[Recorded data]
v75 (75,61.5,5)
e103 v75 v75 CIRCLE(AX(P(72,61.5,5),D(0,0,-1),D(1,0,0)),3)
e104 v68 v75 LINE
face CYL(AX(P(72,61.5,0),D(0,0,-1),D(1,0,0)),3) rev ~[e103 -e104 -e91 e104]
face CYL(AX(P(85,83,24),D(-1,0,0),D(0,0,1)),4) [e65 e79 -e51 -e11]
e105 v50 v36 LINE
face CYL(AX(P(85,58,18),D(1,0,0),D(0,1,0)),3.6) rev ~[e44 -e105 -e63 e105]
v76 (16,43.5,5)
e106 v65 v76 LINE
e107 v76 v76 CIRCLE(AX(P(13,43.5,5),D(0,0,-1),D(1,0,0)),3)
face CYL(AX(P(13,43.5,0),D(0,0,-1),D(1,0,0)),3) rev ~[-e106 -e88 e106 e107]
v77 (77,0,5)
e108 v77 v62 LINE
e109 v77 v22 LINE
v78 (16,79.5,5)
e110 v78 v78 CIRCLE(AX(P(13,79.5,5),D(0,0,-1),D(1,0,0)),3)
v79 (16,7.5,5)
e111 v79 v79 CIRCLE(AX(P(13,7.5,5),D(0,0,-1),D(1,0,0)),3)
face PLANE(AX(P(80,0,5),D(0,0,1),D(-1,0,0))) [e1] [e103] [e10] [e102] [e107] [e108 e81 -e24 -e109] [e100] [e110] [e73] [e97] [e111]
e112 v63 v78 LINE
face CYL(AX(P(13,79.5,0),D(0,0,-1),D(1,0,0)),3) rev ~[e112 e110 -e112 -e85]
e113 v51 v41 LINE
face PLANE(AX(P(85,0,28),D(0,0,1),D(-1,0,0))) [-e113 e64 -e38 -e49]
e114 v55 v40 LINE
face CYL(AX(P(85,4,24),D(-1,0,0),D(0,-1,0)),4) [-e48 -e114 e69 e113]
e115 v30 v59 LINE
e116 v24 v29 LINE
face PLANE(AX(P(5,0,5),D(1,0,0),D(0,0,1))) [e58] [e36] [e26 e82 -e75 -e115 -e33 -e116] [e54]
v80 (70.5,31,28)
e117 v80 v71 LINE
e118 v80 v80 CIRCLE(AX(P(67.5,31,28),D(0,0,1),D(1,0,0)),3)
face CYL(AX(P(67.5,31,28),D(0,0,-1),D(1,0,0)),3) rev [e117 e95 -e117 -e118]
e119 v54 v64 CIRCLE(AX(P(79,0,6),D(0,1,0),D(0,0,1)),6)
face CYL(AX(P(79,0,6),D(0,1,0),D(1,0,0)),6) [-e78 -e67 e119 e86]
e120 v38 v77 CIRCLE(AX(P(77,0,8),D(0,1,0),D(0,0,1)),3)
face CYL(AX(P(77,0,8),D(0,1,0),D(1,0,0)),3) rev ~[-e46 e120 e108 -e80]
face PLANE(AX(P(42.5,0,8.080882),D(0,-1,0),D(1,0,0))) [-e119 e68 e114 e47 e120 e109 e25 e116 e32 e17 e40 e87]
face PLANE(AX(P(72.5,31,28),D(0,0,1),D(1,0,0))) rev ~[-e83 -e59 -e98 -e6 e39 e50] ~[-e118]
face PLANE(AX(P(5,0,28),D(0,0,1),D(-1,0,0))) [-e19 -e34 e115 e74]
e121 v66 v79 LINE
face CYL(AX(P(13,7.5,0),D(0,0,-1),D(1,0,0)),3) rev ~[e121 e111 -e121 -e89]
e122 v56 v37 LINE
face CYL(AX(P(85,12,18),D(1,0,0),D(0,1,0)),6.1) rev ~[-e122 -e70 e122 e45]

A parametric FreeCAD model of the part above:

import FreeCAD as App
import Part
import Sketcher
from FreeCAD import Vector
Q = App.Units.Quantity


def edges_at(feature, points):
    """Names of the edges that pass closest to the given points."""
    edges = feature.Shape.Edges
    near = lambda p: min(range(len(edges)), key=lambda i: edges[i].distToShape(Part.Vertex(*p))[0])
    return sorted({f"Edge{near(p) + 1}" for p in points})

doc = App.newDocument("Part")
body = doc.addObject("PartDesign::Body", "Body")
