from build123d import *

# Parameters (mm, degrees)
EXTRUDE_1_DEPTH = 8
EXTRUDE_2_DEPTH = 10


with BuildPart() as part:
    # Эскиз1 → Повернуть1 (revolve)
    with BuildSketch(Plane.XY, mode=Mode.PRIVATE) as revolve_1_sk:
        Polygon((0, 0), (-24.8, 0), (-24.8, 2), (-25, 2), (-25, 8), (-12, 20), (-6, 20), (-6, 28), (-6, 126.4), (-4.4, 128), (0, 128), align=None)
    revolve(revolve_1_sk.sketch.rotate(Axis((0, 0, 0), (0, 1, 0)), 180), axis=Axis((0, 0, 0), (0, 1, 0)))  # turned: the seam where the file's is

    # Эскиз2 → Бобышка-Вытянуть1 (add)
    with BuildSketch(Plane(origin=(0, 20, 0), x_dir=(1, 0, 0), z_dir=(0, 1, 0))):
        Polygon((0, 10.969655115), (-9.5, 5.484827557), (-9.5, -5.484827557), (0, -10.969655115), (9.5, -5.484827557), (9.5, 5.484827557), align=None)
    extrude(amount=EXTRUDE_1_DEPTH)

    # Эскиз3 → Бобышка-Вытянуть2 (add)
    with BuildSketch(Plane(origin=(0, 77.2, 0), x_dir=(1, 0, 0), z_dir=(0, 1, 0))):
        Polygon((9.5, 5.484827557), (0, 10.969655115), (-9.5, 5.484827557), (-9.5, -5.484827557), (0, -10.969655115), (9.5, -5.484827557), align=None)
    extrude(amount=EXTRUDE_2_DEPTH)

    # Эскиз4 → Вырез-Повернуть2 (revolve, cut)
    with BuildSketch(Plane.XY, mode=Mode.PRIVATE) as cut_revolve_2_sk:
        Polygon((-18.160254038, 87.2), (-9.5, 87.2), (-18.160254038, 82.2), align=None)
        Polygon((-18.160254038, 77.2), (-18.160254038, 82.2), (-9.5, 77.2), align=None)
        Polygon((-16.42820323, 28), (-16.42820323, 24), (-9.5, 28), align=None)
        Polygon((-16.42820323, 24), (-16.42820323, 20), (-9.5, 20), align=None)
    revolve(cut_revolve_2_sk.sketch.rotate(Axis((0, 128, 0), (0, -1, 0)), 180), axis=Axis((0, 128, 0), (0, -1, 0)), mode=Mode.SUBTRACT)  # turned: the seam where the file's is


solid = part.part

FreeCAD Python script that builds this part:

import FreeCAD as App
import Part
import Sketcher

V = App.Vector
Q = App.Units.Quantity

doc = App.newDocument("Part")
body = doc.addObject("PartDesign::Body", "Body")

# Sketch on XY plane
sketch1 = doc.addObject("Sketcher::SketchObject", "Sketch")
body.addObject(sketch1)
sketch1.AttachmentSupport = (doc.XY_Plane, [""])
sketch1.MapMode = "FlatFace"
sketch1.addGeometry([
    Part.LineSegment(V(-24.8, 0, 0), V(0, 0, 0)),  # 0
    Part.LineSegment(V(0, 0, 0), V(0, 128, 0)),  # 1
    Part.LineSegment(V(0, 128, 0), V(-4.4, 128, 0)),  # 2
    Part.LineSegment(V(-4.4, 128, 0), V(-6, 126.4, 0)),  # 3
    Part.LineSegment(V(-6, 126.4, 0), V(-6, 20, 0)),  # 4
    Part.LineSegment(V(-6, 20, 0), V(-12, 20, 0)),  # 5
    Part.LineSegment(V(-12, 20, 0), V(-25, 8, 0)),  # 6
    Part.LineSegment(V(-25, 8, 0), V(-25, 2, 0)),  # 7
    Part.LineSegment(V(-25, 2, 0), V(-24.8, 2, 0)),  # 8
    Part.LineSegment(V(-24.8, 2, 0), V(-24.8, 0, 0)),  # 9
], False)
sketch1.addConstraint([
    Sketcher.Constraint("Coincident", 0, 2, 1, 1),
    Sketcher.Constraint("Coincident", 1, 2, 2, 1),
    Sketcher.Constraint("Coincident", 2, 2, 3, 1),
    Sketcher.Constraint("Coincident", 3, 2, 4, 1),
    Sketcher.Constraint("Coincident", 4, 2, 5, 1),
    Sketcher.Constraint("Coincident", 5, 2, 6, 1),
    Sketcher.Constraint("Coincident", 6, 2, 7, 1),
    Sketcher.Constraint("Coincident", 7, 2, 8, 1),
    Sketcher.Constraint("Coincident", 8, 2, 9, 1),
    Sketcher.Constraint("Coincident", 9, 2, 0, 1),
    Sketcher.Constraint("Horizontal", 0),
    Sketcher.Constraint("Vertical", 1),
    Sketcher.Constraint("Horizontal", 2),
    Sketcher.Constraint("Vertical", 4),
    Sketcher.Constraint("Horizontal", 5),
    Sketcher.Constraint("Vertical", 7),
    Sketcher.Constraint("Horizontal", 8),
    Sketcher.Constraint("Vertical", 9),
    Sketcher.Constraint("Coincident", 0, 2, -1, 1),
    Sketcher.Constraint("Equal", 5, 7),
    Sketcher.Constraint("DistanceX", 5, 2, 5, 1, 6.0),
    Sketcher.Constraint("DistanceY", 1, 1, 1, 2, 128.0),
    Sketcher.Constraint("DistanceY", 9, 2, 9, 1, 2.0),
    Sketcher.Constraint("Angle", 3, Q("-135 deg")),
    Sketcher.Constraint("DistanceX", 0, 1, 0, 2, 24.8),
    Sketcher.Constraint("DistanceX", 2, 2, 2, 1, 4.4),
    Sketcher.Constraint("DistanceX", 8, 1, 8, 2, 0.2),
    Sketcher.Constraint("DistanceY", 4, 2, 4, 1, 106.4),
    Sketcher.Constraint("DistanceX", 3, 2, -1, 1, 6.0),
])
revolution = doc.addObject("PartDesign::Revolution", "Revolution")
body.addObject(revolution)
revolution.Profile = sketch1
revolution.ReferenceAxis = (sketch1, ["V_Axis"])
revolution.Angle = 360

# Sketch on XZ plane
sketch2 = doc.addObject("Sketcher::SketchObject", "Sketch001")
body.addObject(sketch2)
sketch2.AttachmentSupport = (doc.XZ_Plane, [""])
sketch2.MapMode = "FlatFace"
sketch2.AttachmentOffset = App.Placement(V(0, 0, -20), App.Rotation())
sketch2.addGeometry([
    Part.LineSegment(V(0, -11, 0), V(-10, -5, 0)),  # 0
    Part.LineSegment(V(-10, -5, 0), V(-10, 5, 0)),  # 1
    Part.LineSegment(V(-10, 5, 0), V(0, 11, 0)),  # 2
    Part.LineSegment(V(0, 11, 0), V(10, 5, 0)),  # 3
    Part.LineSegment(V(10, 5, 0), V(10, -5, 0)),  # 4
    Part.LineSegment(V(10, -5, 0), V(0, -11, 0)),  # 5
], False)
sketch2.addConstraint([
    Sketcher.Constraint("Coincident", 0, 2, 1, 1),
    Sketcher.Constraint("Coincident", 1, 2, 2, 1),
    Sketcher.Constraint("Coincident", 2, 2, 3, 1),
    Sketcher.Constraint("Coincident", 3, 2, 4, 1),
    Sketcher.Constraint("Coincident", 4, 2, 5, 1),
    Sketcher.Constraint("Coincident", 5, 2, 0, 1),
    Sketcher.Constraint("Vertical", 1),
    Sketcher.Constraint("Vertical", 4),
    Sketcher.Constraint("Symmetric", 0, 2, 3, 2, -1, 1),
    Sketcher.Constraint("Symmetric", 2, 2, 5, 2, -1, 1),
    Sketcher.Constraint("PointOnObject", 2, 2, -2),
    Sketcher.Constraint("Parallel", 2, 5),
    Sketcher.Constraint("Horizontal", 1, 2, 3, 2),
    Sketcher.Constraint("Angle", 0, Q("150 deg")),
    Sketcher.Constraint("DistanceX", 1, 2, 3, 2, 19.0),
    Sketcher.Constraint("DistanceY", 1, 1, 1, 2, 10.969655),
])
pad1 = doc.addObject("PartDesign::Pad", "Pad")
body.addObject(pad1)
pad1.Profile = sketch2
pad1.Length = 8
pad1.Reversed = True

# Sketch on XZ plane
sketch3 = doc.addObject("Sketcher::SketchObject", "Sketch002")
body.addObject(sketch3)
sketch3.AttachmentSupport = (doc.XZ_Plane, [""])
sketch3.MapMode = "FlatFace"
sketch3.AttachmentOffset = App.Placement(V(0, 0, -77.2), App.Rotation())
sketch3.addGeometry([
    Part.LineSegment(V(10, -5, 0), V(0, -11, 0)),  # 0
    Part.LineSegment(V(0, -11, 0), V(-10, -5, 0)),  # 1
    Part.LineSegment(V(-10, -5, 0), V(-10, 5, 0)),  # 2
    Part.LineSegment(V(-10, 5, 0), V(0, 11, 0)),  # 3
    Part.LineSegment(V(0, 11, 0), V(10, 5, 0)),  # 4
    Part.LineSegment(V(10, 5, 0), V(10, -5, 0)),  # 5
], False)
sketch3.addConstraint([
    Sketcher.Constraint("Coincident", 0, 2, 1, 1),
    Sketcher.Constraint("Coincident", 1, 2, 2, 1),
    Sketcher.Constraint("Coincident", 2, 2, 3, 1),
    Sketcher.Constraint("Coincident", 3, 2, 4, 1),
    Sketcher.Constraint("Coincident", 4, 2, 5, 1),
    Sketcher.Constraint("Coincident", 5, 2, 0, 1),
    Sketcher.Constraint("Vertical", 2),
    Sketcher.Constraint("Vertical", 5),
    Sketcher.Constraint("Symmetric", 0, 2, 3, 2, -1, 1),
    Sketcher.Constraint("Symmetric", 1, 2, 4, 2, -1, 1),
    Sketcher.Constraint("PointOnObject", 0, 2, -2),
    Sketcher.Constraint("Parallel", 0, 3),
    Sketcher.Constraint("Horizontal", 2, 2, 4, 2),
    Sketcher.Constraint("Angle", 0, Q("-150 deg")),
    Sketcher.Constraint("DistanceX", 2, 2, 4, 2, 19.0),
    Sketcher.Constraint("DistanceY", 2, 1, 2, 2, 10.969655),
])
pad2 = doc.addObject("PartDesign::Pad", "Pad001")
body.addObject(pad2)
pad2.Profile = sketch3
pad2.Length = 10
pad2.Reversed = True

# Sketch on XY plane
sketch4 = doc.addObject("Sketcher::SketchObject", "Sketch003")
body.addObject(sketch4)
sketch4.AttachmentSupport = (doc.XY_Plane, [""])
sketch4.MapMode = "FlatFace"
sketch4.addGeometry([
    Part.LineSegment(V(-9.5, 87.2, 0), V(-18.2, 87.2, 0)),  # 0
    Part.LineSegment(V(-18.2, 87.2, 0), V(-18.2, 82.2, 0)),  # 1
    Part.LineSegment(V(-18.2, 82.2, 0), V(-9.5, 87.2, 0)),  # 2
    Part.LineSegment(V(-18.2, 82.2, 0), V(-18.2, 77.2, 0)),  # 3
    Part.LineSegment(V(-18.2, 77.2, 0), V(-9.5, 77.2, 0)),  # 4
    Part.LineSegment(V(-9.5, 77.2, 0), V(-18.2, 82.2, 0)),  # 5
    Part.LineSegment(V(-16.4, 28, 0), V(-16.4, 24, 0)),  # 6
    Part.LineSegment(V(-16.4, 24, 0), V(-9.5, 28, 0)),  # 7
    Part.LineSegment(V(-9.5, 28, 0), V(-16.4, 28, 0)),  # 8
    Part.LineSegment(V(-16.4, 24, 0), V(-16.4, 20, 0)),  # 9
    Part.LineSegment(V(-16.4, 20, 0), V(-9.5, 20, 0)),  # 10
    Part.LineSegment(V(-9.5, 20, 0), V(-16.4, 24, 0)),  # 11
], False)
sketch4.addConstraint([
    Sketcher.Constraint("Coincident", 0, 2, 1, 1),
    Sketcher.Constraint("Coincident", 1, 2, 2, 1),
    Sketcher.Constraint("Coincident", 2, 2, 0, 1),
    Sketcher.Constraint("Coincident", 3, 2, 4, 1),
    Sketcher.Constraint("Coincident", 4, 2, 5, 1),
    Sketcher.Constraint("Coincident", 5, 2, 3, 1),
    Sketcher.Constraint("Coincident", 6, 2, 7, 1),
    Sketcher.Constraint("Coincident", 7, 2, 8, 1),
    Sketcher.Constraint("Coincident", 8, 2, 6, 1),
    Sketcher.Constraint("Coincident", 9, 2, 10, 1),
    Sketcher.Constraint("Coincident", 10, 2, 11, 1),
    Sketcher.Constraint("Coincident", 11, 2, 9, 1),
    Sketcher.Constraint("Horizontal", 0),
    Sketcher.Constraint("Vertical", 1),
    Sketcher.Constraint("Vertical", 3),
    Sketcher.Constraint("Horizontal", 4),
    Sketcher.Constraint("Vertical", 6),
    Sketcher.Constraint("Horizontal", 8),
    Sketcher.Constraint("Vertical", 9),
    Sketcher.Constraint("Horizontal", 10),
    Sketcher.Constraint("Coincident", 5, 2, 1, 2),
    Sketcher.Constraint("Coincident", 11, 2, 6, 2),
    Sketcher.Constraint("Parallel", 2, 7),
    Sketcher.Constraint("Parallel", 5, 11),
    Sketcher.Constraint("Vertical", 2, 2, 4, 2),
    Sketcher.Constraint("Vertical", 4, 2, 7, 2),
    Sketcher.Constraint("Vertical", 7, 2, 10, 2),
    Sketcher.Constraint("Equal", 1, 3),
    Sketcher.Constraint("DistanceY", 1, 2, 1, 1, 5.0),
    Sketcher.Constraint("DistanceY", 6, 2, 6, 1, 4.0),
    Sketcher.Constraint("Angle", 2, Q("30 deg")),
    Sketcher.Constraint("DistanceY", -1, 1, 6, 2, 24.0),
    Sketcher.Constraint("DistanceY", -1, 1, 0, 2, 87.2),
    Sketcher.Constraint("DistanceX", 2, 2, -1, 1, 9.5),
])
groove = doc.addObject("PartDesign::Groove", "Groove")
body.addObject(groove)
groove.Profile = sketch4
groove.ReferenceAxis = (sketch4, ["V_Axis"])
groove.Angle = 360

doc.recompute()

- [Activity]: Of the entries above, transcribe exactly those lines that fall between the line containing "face PLANE(AX(P(5,0,28),D(0,0,1),D(-1,0,0))) [-e19" and the line containing "# Эскиз1 → Повернуть1 (revolve)", together with those two lines.

- [Solution]:
face PLANE(AX(P(5,0,28),D(0,0,1),D(-1,0,0))) [-e19 -e34 e115 e74]
e121 v66 v79 LINE
face CYL(AX(P(13,7.5,0),D(0,0,-1),D(1,0,0)),3) rev ~[e121 e111 -e121 -e89]
e122 v56 v37 LINE
face CYL(AX(P(85,12,18),D(1,0,0),D(0,1,0)),6.1) rev ~[-e122 -e70 e122 e45]

A parametric FreeCAD model of the part above:

import FreeCAD as App
import Part
import Sketcher
from FreeCAD import Vector
Q = App.Units.Quantity


def edges_at(feature, points):
    """Names of the edges that pass closest to the given points."""
    edges = feature.Shape.Edges
    near = lambda p: min(range(len(edges)), key=lambda i: edges[i].distToShape(Part.Vertex(*p))[0])
    return sorted({f"Edge{near(p) + 1}" for p in points})

doc = App.newDocument("Part")
body = doc.addObject("PartDesign::Body", "Body")
from build123d import *

# Parameters (mm, degrees)
EXTRUDE_1_DEPTH = 8
EXTRUDE_2_DEPTH = 10


with BuildPart() as part:
    # Эскиз1 → Повернуть1 (revolve)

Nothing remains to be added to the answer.